Task
Starting at the top of the entries below, set down each line exactly as written, and stop after the line containing "f 251 239 238".

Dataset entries
****************
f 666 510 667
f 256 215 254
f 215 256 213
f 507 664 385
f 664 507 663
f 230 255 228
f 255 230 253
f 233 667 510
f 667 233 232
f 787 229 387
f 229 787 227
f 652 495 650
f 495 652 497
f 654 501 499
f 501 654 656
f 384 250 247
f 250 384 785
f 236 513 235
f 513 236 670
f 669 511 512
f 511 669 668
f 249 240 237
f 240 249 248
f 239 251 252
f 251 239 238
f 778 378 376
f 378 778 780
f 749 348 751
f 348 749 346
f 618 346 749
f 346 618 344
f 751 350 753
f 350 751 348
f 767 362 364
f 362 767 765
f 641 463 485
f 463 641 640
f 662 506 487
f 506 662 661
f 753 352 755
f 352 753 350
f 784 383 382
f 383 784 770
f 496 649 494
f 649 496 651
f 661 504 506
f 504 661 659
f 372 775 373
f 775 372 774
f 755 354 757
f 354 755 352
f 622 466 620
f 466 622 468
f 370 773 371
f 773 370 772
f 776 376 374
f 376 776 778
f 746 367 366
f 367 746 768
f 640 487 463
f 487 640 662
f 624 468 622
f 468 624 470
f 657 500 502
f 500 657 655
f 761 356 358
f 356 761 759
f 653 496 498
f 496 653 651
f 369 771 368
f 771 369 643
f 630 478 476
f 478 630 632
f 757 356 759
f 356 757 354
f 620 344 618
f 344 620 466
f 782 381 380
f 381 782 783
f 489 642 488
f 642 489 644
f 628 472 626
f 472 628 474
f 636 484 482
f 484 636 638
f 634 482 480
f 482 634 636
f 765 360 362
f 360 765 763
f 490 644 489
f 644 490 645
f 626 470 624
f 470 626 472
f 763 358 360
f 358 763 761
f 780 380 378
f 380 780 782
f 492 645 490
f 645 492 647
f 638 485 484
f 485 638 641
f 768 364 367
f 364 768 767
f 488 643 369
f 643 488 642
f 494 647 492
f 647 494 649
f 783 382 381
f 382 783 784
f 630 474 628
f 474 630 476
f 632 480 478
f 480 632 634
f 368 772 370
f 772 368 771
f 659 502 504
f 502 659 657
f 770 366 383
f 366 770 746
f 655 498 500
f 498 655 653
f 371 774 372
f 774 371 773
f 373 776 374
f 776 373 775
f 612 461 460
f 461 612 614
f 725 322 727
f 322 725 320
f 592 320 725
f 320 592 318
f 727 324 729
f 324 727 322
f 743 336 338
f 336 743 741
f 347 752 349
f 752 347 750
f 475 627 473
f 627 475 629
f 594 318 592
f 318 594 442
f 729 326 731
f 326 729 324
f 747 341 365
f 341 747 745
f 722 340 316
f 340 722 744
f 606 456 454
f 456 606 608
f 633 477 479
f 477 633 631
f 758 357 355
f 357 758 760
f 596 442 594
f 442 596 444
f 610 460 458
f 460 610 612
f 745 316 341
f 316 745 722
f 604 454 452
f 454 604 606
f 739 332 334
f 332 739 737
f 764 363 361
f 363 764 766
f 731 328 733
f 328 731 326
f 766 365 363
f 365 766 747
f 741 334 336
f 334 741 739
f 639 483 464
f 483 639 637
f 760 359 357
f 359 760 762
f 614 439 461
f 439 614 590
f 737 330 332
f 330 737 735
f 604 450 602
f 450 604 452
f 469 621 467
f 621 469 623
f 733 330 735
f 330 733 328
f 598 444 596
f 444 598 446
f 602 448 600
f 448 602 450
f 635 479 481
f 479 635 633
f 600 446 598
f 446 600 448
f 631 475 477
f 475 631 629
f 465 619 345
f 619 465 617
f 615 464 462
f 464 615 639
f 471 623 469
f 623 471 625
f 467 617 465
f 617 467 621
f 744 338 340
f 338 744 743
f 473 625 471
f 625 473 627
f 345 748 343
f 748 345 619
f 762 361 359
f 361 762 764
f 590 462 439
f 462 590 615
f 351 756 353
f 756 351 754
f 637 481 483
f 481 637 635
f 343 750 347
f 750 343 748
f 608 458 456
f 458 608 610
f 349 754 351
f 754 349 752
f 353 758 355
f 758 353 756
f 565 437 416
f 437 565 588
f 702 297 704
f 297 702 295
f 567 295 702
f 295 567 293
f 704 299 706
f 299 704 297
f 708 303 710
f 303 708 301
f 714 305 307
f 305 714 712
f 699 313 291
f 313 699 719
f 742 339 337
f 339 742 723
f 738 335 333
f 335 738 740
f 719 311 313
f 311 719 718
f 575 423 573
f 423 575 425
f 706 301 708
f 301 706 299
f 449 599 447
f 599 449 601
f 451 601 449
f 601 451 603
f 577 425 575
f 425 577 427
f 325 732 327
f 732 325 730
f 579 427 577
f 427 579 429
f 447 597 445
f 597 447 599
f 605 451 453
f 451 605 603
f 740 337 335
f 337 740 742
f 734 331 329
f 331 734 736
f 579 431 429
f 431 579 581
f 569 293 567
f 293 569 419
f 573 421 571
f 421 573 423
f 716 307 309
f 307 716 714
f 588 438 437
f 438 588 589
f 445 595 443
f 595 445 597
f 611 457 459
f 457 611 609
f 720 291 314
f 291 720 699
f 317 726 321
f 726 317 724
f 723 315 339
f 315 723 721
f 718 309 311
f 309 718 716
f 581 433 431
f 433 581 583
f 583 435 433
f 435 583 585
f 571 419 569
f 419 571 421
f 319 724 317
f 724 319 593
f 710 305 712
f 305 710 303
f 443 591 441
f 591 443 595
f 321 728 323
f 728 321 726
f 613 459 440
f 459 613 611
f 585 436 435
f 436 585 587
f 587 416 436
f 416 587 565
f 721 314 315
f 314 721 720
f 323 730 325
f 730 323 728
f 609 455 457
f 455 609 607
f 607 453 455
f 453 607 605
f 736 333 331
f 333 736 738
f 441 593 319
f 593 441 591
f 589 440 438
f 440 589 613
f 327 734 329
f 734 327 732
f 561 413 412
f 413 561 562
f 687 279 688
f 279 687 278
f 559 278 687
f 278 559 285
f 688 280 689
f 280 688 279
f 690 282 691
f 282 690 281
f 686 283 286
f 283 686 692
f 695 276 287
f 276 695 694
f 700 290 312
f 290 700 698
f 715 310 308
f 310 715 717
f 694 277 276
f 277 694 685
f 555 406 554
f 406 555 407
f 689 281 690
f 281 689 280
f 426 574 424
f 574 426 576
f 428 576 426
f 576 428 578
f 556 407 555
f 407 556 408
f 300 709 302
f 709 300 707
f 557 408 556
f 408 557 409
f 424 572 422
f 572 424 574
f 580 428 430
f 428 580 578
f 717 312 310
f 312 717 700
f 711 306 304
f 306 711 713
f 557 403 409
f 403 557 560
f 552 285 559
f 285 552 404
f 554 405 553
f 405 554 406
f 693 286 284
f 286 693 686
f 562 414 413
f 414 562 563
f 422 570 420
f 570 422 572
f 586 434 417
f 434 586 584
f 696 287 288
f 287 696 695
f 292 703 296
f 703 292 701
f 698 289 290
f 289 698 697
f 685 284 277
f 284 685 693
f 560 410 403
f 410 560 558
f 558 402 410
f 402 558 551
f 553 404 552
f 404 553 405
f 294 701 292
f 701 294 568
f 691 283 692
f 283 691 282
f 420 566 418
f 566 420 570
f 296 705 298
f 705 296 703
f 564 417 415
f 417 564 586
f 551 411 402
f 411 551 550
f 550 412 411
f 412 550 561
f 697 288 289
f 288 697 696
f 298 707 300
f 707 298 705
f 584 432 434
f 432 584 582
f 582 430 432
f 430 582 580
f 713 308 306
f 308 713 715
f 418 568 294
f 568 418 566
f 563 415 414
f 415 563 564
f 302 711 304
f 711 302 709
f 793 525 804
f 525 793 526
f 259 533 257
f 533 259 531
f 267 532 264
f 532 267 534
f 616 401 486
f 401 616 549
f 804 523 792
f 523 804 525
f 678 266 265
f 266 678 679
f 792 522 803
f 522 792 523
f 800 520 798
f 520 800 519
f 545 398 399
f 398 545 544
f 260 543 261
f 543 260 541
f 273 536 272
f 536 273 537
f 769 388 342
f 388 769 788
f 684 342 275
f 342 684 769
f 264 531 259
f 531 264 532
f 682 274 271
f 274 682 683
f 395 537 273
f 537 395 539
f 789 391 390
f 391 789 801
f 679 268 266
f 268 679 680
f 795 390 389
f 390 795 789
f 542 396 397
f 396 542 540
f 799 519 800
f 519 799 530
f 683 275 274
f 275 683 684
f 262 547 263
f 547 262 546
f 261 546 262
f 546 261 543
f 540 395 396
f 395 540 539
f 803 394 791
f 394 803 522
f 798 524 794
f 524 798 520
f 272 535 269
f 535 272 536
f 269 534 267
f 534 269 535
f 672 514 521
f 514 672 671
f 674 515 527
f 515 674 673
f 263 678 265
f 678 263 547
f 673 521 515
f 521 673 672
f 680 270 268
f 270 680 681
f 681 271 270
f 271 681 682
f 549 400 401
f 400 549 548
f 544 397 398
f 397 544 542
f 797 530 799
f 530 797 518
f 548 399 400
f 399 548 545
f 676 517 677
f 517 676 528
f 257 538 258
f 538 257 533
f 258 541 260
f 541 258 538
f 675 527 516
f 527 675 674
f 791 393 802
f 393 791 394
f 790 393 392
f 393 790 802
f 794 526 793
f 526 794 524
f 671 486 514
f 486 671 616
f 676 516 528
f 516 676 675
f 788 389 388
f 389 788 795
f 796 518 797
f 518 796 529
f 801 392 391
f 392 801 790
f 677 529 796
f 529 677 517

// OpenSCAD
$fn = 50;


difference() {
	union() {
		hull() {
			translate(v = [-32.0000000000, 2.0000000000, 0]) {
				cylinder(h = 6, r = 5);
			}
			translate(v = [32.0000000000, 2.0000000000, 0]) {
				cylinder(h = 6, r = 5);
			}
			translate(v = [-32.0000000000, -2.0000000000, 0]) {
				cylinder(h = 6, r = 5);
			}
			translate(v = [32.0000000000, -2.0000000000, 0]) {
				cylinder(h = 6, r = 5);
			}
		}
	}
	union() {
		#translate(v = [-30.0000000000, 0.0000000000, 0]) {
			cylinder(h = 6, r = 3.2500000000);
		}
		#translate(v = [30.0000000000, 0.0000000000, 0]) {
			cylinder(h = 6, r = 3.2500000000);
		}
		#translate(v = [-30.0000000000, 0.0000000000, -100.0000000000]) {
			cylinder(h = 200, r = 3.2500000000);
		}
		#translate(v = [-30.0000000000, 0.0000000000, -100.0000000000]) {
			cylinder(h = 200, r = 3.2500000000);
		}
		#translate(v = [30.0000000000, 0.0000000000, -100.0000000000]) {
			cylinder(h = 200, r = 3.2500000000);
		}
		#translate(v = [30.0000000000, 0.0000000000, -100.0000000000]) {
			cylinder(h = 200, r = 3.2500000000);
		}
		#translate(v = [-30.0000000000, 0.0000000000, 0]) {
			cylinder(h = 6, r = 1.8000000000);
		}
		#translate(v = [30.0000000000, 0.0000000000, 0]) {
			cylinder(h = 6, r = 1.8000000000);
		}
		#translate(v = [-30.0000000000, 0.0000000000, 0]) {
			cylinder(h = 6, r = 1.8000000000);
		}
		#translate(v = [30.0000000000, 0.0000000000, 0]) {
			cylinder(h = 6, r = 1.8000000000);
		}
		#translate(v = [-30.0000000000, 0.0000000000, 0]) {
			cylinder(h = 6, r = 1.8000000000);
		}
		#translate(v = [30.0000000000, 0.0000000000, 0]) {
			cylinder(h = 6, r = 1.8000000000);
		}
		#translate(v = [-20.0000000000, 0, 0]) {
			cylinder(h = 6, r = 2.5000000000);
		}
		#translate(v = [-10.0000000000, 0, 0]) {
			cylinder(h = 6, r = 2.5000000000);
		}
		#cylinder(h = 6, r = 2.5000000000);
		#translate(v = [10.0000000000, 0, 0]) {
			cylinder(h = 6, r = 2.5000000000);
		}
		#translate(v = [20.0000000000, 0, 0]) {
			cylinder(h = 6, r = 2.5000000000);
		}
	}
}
****************
Solution to this problem
f 666 510 667
f 256 215 254
f 215 256 213
f 507 664 385
f 664 507 663
f 230 255 228
f 255 230 253
f 233 667 510
f 667 233 232
f 787 229 387
f 229 787 227
f 652 495 650
f 495 652 497
f 654 501 499
f 501 654 656
f 384 250 247
f 250 384 785
f 236 513 235
f 513 236 670
f 669 511 512
f 511 669 668
f 249 240 237
f 240 249 248
f 239 251 252
f 251 239 238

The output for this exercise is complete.